** Your assignment **
Copy each line of the entries that contains the word "DIRECTION".

Items from a data source:

╔══

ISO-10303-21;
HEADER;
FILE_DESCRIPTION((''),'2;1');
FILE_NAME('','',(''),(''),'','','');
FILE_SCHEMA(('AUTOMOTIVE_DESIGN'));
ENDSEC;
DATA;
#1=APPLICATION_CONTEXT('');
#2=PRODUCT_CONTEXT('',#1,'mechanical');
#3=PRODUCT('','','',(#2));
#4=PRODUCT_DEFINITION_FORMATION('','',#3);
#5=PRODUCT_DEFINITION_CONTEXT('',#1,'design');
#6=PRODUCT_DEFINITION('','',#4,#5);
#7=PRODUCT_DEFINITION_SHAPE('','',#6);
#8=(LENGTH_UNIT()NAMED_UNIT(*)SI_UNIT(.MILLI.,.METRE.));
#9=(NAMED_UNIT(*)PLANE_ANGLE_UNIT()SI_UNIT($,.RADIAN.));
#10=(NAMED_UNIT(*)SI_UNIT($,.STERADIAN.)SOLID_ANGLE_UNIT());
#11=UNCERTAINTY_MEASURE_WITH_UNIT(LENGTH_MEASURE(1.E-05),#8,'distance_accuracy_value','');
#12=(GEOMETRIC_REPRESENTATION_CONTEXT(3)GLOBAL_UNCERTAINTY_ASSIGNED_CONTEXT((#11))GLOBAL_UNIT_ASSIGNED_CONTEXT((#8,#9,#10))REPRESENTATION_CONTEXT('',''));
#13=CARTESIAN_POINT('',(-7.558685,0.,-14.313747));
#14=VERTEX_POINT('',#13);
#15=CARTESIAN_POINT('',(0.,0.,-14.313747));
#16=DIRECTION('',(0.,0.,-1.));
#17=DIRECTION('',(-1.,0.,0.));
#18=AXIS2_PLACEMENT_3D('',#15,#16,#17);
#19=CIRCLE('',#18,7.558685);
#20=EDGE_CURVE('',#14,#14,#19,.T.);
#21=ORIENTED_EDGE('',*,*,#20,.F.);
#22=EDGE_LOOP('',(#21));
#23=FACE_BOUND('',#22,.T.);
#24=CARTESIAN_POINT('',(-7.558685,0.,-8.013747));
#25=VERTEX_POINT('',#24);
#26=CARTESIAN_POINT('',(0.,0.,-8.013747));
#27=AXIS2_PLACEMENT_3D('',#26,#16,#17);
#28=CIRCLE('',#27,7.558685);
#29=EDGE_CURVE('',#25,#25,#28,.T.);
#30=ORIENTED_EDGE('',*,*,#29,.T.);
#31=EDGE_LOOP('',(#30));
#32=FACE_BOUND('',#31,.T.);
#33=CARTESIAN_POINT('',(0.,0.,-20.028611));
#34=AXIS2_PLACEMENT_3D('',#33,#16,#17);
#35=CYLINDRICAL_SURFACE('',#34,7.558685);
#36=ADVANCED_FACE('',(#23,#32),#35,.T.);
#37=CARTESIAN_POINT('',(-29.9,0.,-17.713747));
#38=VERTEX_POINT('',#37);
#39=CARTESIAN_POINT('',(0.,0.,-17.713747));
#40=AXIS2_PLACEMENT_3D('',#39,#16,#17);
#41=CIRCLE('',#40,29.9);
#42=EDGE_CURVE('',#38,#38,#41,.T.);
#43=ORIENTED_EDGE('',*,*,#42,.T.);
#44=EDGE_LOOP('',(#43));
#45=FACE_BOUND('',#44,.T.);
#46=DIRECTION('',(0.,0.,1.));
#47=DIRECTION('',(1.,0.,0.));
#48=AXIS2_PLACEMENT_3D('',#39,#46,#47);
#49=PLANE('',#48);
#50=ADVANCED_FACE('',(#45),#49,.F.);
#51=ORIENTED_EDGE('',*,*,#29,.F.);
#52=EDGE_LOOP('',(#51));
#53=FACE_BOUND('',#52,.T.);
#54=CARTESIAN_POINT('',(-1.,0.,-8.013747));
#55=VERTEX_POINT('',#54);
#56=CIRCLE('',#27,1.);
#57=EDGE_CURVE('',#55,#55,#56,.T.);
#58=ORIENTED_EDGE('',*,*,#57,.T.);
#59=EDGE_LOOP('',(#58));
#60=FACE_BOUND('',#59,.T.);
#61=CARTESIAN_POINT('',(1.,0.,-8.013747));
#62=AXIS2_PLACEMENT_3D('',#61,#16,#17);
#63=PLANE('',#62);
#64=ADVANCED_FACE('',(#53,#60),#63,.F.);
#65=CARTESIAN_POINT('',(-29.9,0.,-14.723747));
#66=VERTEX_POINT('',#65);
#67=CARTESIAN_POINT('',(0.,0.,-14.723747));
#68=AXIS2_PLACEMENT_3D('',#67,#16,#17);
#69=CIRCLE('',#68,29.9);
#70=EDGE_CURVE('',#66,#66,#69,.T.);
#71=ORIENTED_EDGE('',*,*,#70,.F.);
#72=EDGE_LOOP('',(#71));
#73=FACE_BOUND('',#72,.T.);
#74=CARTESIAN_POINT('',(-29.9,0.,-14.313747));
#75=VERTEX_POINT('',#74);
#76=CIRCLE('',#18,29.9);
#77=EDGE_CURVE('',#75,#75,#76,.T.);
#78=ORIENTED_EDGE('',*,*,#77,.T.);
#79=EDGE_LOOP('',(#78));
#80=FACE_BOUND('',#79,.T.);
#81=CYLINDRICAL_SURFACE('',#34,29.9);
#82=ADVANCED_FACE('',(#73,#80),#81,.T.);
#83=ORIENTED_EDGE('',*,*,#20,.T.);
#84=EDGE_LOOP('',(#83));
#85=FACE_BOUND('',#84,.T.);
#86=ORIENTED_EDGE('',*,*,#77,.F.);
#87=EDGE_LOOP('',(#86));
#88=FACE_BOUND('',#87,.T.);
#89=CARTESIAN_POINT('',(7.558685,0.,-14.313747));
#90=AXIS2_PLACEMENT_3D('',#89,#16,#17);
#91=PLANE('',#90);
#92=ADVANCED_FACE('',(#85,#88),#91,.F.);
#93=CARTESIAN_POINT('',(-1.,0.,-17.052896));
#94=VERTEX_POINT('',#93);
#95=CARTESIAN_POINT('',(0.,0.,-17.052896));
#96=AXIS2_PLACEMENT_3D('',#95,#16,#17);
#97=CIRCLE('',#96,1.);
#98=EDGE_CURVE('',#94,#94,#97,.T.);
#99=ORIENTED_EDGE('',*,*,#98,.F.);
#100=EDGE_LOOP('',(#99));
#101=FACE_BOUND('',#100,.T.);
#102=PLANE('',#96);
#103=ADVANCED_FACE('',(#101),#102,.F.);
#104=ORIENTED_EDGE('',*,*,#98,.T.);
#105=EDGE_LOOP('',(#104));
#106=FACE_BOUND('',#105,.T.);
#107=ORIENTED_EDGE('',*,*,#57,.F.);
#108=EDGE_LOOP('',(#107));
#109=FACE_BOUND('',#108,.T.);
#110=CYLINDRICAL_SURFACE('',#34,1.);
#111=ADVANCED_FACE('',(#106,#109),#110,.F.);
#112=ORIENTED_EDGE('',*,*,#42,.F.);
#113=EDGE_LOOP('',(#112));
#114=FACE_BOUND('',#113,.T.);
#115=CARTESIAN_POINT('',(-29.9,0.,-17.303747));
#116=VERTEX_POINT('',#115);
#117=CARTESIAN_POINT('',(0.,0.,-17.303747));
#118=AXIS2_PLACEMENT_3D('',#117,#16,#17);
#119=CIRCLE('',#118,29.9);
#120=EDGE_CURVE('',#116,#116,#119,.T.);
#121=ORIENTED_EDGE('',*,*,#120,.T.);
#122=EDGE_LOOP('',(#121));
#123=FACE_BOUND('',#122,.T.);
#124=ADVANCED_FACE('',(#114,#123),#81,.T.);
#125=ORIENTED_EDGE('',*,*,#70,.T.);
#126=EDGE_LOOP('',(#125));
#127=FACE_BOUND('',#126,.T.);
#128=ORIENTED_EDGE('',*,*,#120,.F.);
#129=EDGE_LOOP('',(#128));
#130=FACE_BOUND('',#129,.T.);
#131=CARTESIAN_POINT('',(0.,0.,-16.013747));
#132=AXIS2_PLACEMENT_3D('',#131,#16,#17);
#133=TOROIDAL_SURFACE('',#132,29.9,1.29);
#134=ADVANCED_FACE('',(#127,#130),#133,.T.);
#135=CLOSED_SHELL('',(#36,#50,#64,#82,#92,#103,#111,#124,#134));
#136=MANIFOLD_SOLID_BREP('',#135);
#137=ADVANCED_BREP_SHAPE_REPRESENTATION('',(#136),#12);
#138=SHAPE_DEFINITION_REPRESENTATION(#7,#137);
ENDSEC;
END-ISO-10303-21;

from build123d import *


with BuildPart() as part:
    # Esquisse1 → Révolution1 (revolve)
    with BuildSketch(Plane(origin=(0, 0, 0), x_dir=(1, 0, 0), z_dir=(0, 1, 0)), mode=Mode.PRIVATE) as r_volution1_sk:
        with BuildLine():
            Line((29.9, 17.303746522), (29.9, 17.713746522))
            Line((29.9, 17.713746522), (0, 17.713746522))
            Line((0, 17.713746522), (0, 17.052896028))
            Line((0, 17.052896028), (1, 17.052896028))
            Line((1, 17.052896028), (1, 8.013746522))
            Line((1, 8.013746522), (7.558685201, 8.013746522))
            Line((7.558685201, 8.013746522), (7.558685201, 14.313746522))
            Line((7.558685201, 14.313746522), (29.9, 14.313746522))
            Line((29.9, 14.313746522), (29.9, 14.723746522))
            ThreePointArc((29.9, 14.723746522), (31.19, 16.013746522), (29.9, 17.303746522))
        make_face()
    revolve(r_volution1_sk.sketch.rotate(Axis((0, 0, -20.028610737), (0, 0, 1)), 180), axis=Axis((0, 0, -20.028610737), (0, 0, 1)))


solid = part.part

╚══

** Problem solution **
#16=DIRECTION('',(0.,0.,-1.));
#17=DIRECTION('',(-1.,0.,0.));
#46=DIRECTION('',(0.,0.,1.));
#47=DIRECTION('',(1.,0.,0.));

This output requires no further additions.